(Records from a collection)
--------------------------------
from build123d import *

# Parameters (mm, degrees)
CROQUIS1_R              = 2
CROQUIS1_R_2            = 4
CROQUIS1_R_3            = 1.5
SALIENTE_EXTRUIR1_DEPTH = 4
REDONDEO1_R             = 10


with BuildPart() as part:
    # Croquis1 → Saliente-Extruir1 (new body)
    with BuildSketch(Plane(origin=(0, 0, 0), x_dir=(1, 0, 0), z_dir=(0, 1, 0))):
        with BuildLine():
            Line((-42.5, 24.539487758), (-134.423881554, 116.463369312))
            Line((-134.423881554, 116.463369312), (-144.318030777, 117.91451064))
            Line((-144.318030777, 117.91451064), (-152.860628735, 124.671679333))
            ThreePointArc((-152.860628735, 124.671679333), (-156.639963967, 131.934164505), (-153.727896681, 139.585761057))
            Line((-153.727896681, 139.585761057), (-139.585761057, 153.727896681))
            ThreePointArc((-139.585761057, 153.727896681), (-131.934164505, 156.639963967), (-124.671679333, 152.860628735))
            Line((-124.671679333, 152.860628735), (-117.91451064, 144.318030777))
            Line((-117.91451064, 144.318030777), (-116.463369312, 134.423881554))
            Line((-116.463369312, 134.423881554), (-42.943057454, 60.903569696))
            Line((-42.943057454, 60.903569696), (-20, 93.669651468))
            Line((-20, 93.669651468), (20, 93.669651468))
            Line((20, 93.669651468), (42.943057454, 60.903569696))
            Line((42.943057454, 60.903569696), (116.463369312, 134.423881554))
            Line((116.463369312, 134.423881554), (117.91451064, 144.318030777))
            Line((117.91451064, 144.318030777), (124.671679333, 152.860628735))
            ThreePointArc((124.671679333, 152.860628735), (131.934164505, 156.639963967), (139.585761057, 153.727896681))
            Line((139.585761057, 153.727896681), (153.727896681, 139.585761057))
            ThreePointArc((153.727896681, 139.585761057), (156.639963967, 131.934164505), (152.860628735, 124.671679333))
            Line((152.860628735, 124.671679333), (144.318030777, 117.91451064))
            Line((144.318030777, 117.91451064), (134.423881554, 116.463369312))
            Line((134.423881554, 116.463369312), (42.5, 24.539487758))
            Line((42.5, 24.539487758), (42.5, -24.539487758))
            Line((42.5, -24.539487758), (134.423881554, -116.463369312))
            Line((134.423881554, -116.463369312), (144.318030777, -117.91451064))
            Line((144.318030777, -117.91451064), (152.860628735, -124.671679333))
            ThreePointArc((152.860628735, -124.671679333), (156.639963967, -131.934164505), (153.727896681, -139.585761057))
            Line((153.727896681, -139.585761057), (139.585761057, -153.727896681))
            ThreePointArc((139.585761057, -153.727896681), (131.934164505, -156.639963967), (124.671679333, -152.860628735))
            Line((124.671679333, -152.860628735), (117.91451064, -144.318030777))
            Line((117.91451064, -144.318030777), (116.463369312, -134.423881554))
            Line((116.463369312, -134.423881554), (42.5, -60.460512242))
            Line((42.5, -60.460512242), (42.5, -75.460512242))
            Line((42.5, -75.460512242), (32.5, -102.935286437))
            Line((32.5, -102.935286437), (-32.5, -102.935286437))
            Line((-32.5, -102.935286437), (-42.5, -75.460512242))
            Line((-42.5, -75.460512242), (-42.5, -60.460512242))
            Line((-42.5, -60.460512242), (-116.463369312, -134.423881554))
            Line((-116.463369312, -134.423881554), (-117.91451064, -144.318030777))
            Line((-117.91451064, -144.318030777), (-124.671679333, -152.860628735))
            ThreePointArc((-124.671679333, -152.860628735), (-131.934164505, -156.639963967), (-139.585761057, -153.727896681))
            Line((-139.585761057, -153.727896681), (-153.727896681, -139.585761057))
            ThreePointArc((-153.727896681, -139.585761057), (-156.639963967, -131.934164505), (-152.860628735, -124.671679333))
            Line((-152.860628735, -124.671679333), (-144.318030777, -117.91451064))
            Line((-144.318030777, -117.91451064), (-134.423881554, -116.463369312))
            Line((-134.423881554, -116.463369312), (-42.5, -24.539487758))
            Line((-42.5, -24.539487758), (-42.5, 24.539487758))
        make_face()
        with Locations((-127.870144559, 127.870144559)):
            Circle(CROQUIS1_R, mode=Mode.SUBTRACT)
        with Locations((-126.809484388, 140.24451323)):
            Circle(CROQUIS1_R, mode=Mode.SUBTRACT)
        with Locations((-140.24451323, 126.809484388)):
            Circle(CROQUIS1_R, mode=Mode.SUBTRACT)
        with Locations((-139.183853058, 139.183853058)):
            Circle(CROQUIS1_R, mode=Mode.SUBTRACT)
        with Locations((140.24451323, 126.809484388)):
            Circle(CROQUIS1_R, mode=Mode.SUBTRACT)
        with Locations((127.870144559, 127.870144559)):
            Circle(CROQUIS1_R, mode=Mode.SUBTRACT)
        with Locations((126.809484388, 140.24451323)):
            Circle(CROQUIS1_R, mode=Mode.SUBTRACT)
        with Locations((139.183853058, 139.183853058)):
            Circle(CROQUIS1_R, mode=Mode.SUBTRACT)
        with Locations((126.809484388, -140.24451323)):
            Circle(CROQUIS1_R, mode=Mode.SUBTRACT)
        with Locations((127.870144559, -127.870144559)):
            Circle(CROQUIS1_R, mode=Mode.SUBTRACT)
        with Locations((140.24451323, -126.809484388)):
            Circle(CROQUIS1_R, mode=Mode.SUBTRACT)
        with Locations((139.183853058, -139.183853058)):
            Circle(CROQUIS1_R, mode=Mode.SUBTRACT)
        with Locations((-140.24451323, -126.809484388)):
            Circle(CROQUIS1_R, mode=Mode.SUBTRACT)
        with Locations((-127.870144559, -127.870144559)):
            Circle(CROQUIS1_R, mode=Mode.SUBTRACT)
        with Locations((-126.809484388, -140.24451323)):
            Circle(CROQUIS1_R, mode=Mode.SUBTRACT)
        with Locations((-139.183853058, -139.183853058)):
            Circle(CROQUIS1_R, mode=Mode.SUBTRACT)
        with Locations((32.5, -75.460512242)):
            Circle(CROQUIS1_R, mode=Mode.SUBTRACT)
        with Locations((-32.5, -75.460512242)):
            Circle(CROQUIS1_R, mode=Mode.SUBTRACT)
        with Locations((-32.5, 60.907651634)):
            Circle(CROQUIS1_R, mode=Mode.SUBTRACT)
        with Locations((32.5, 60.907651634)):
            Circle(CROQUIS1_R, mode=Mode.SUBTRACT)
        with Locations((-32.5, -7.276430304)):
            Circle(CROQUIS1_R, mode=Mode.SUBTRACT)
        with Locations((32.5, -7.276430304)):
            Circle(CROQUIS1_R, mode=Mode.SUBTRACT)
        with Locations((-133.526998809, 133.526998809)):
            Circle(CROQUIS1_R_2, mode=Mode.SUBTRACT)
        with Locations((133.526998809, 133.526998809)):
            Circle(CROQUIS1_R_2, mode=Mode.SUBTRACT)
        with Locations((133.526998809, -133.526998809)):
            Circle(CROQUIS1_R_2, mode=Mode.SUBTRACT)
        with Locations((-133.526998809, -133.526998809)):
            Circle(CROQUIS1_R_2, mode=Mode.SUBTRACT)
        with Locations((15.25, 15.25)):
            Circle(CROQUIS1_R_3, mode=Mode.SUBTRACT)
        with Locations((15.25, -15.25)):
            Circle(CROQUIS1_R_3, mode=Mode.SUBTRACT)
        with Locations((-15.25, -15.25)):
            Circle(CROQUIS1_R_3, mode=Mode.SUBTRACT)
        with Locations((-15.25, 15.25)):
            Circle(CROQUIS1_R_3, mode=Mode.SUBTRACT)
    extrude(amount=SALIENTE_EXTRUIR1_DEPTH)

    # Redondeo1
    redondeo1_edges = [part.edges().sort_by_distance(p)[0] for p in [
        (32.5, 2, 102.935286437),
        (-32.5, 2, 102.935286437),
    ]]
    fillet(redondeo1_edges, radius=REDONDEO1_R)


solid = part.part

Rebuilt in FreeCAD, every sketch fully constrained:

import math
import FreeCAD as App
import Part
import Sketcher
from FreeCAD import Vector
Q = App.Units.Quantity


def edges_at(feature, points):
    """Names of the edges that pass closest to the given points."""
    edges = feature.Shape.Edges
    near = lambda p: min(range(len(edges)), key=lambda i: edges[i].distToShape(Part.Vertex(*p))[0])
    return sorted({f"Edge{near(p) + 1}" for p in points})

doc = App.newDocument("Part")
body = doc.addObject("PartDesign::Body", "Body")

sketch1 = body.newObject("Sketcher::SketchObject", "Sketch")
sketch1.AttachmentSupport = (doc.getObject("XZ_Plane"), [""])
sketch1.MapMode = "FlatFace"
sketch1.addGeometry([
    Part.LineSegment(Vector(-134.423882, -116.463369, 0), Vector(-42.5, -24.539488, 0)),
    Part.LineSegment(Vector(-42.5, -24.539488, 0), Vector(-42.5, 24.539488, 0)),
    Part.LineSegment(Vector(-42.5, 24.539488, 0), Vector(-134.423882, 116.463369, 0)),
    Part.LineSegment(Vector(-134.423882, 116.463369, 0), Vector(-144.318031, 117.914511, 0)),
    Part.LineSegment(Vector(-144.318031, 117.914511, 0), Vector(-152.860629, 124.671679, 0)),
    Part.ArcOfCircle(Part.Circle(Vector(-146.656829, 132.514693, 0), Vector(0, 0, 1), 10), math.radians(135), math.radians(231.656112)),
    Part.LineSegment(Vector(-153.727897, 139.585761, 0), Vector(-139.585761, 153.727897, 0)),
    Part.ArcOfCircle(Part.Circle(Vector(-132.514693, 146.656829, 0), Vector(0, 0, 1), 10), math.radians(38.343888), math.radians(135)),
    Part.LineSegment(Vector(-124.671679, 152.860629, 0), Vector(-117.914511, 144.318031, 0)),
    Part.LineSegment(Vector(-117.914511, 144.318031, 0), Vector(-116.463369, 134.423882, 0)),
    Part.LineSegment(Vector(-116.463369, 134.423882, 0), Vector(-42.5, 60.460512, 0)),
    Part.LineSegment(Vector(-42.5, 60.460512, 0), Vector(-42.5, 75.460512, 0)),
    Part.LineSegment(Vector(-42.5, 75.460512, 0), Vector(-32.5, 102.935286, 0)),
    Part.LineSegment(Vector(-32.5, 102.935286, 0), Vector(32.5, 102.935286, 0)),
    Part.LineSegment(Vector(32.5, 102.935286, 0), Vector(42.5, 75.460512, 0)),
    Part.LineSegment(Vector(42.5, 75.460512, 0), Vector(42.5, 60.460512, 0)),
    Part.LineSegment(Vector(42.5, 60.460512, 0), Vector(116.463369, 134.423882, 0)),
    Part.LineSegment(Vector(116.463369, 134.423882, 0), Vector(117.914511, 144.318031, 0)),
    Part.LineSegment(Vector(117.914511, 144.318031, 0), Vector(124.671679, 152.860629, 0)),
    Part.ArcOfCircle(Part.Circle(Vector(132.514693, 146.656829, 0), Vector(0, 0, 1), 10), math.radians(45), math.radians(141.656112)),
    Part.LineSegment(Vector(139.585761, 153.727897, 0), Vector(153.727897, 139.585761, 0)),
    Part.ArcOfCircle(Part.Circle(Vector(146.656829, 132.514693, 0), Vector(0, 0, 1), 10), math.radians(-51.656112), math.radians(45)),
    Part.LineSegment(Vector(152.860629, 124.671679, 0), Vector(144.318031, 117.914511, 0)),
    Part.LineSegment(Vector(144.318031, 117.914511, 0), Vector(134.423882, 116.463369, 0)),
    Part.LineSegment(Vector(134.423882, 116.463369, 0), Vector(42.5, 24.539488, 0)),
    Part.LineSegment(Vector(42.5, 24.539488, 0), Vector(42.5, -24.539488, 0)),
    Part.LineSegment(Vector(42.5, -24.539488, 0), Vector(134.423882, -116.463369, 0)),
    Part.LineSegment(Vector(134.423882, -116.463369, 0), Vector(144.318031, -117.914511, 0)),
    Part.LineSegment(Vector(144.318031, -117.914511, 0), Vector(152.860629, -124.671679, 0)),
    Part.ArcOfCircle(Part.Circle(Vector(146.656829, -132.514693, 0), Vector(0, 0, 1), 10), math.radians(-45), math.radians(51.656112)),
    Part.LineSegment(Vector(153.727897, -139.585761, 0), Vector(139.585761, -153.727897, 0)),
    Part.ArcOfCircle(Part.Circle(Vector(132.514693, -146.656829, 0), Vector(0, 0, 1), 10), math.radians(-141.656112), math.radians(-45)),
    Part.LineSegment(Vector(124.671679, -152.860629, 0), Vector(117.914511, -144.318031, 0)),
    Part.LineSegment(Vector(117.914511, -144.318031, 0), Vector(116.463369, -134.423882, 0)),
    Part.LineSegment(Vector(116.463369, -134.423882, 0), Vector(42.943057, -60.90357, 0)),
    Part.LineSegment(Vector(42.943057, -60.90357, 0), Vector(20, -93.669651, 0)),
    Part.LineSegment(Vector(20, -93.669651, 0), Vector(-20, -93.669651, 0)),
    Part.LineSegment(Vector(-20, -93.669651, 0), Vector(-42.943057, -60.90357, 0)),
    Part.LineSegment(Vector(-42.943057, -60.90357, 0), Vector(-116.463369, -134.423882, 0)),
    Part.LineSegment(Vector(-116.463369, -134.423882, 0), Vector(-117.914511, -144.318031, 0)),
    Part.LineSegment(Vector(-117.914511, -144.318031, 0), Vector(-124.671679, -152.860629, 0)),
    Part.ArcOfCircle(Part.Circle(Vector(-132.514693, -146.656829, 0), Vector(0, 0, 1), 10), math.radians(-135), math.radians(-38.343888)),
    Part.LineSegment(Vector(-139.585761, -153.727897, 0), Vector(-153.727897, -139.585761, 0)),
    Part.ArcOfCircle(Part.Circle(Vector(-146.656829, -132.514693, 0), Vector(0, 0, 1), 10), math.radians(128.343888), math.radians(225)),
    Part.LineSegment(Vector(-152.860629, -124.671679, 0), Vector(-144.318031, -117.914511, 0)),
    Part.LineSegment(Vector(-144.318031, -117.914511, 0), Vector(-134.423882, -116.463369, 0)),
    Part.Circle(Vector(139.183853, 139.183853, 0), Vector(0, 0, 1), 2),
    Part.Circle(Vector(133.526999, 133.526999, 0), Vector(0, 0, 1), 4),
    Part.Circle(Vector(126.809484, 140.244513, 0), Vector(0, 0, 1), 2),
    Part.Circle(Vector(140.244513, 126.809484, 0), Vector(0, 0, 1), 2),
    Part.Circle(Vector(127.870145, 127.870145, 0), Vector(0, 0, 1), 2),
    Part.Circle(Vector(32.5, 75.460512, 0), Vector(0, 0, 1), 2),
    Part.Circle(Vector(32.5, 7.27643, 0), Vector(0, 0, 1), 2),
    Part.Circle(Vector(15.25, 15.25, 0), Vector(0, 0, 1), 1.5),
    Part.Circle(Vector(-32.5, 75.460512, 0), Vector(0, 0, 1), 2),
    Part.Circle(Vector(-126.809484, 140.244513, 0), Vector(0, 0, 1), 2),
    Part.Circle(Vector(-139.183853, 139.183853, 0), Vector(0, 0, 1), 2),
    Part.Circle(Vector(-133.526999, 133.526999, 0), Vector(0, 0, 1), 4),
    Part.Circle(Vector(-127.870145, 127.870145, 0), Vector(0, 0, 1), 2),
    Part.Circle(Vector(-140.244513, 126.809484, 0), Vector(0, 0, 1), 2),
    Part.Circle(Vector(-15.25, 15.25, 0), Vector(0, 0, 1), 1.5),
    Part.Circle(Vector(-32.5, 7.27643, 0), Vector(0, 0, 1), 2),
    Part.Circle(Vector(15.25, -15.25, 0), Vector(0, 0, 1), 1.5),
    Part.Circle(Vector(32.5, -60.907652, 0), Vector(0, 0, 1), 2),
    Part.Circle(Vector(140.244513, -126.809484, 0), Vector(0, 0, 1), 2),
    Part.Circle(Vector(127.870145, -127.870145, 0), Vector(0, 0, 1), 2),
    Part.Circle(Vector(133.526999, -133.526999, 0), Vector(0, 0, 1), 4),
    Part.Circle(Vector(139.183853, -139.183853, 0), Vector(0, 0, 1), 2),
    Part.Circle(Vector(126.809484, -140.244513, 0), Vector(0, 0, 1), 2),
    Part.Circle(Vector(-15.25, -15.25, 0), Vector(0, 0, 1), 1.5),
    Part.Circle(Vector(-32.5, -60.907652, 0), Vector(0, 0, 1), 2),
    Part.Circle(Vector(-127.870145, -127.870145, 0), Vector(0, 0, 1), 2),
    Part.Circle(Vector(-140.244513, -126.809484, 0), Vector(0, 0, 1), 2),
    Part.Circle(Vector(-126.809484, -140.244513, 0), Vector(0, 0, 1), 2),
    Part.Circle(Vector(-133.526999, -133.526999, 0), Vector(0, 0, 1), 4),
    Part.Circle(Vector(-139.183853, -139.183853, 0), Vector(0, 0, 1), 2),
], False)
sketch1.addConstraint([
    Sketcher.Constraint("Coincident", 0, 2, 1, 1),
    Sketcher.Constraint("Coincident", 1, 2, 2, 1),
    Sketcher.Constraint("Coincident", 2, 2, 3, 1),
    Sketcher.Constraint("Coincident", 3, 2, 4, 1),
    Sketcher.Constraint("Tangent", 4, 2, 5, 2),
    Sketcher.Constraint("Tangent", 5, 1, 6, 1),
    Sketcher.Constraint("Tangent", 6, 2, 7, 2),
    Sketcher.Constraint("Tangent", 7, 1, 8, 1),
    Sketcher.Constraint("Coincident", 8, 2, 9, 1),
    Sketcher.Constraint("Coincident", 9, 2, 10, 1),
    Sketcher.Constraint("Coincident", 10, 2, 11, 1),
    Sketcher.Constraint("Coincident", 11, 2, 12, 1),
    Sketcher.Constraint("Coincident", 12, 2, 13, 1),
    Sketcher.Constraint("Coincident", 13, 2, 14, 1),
--------------------------------
## WHAT THE TASK REQUIRES
Which lines above run from the one containing "Line((42.5, -60.460512242), (42.5, -75.460512242))" to the one containing "-131.934164505), (-152.860628735, -124.671679333))"? Give them again exactly, both ends included.

## RESPONSE
            Line((42.5, -60.460512242), (42.5, -75.460512242))
            Line((42.5, -75.460512242), (32.5, -102.935286437))
            Line((32.5, -102.935286437), (-32.5, -102.935286437))
            Line((-32.5, -102.935286437), (-42.5, -75.460512242))
            Line((-42.5, -75.460512242), (-42.5, -60.460512242))
            Line((-42.5, -60.460512242), (-116.463369312, -134.423881554))
            Line((-116.463369312, -134.423881554), (-117.91451064, -144.318030777))
            Line((-117.91451064, -144.318030777), (-124.671679333, -152.860628735))
            ThreePointArc((-124.671679333, -152.860628735), (-131.934164505, -156.639963967), (-139.585761057, -153.727896681))
            Line((-139.585761057, -153.727896681), (-153.727896681, -139.585761057))
            ThreePointArc((-153.727896681, -139.585761057), (-156.639963967, -131.934164505), (-152.860628735, -124.671679333))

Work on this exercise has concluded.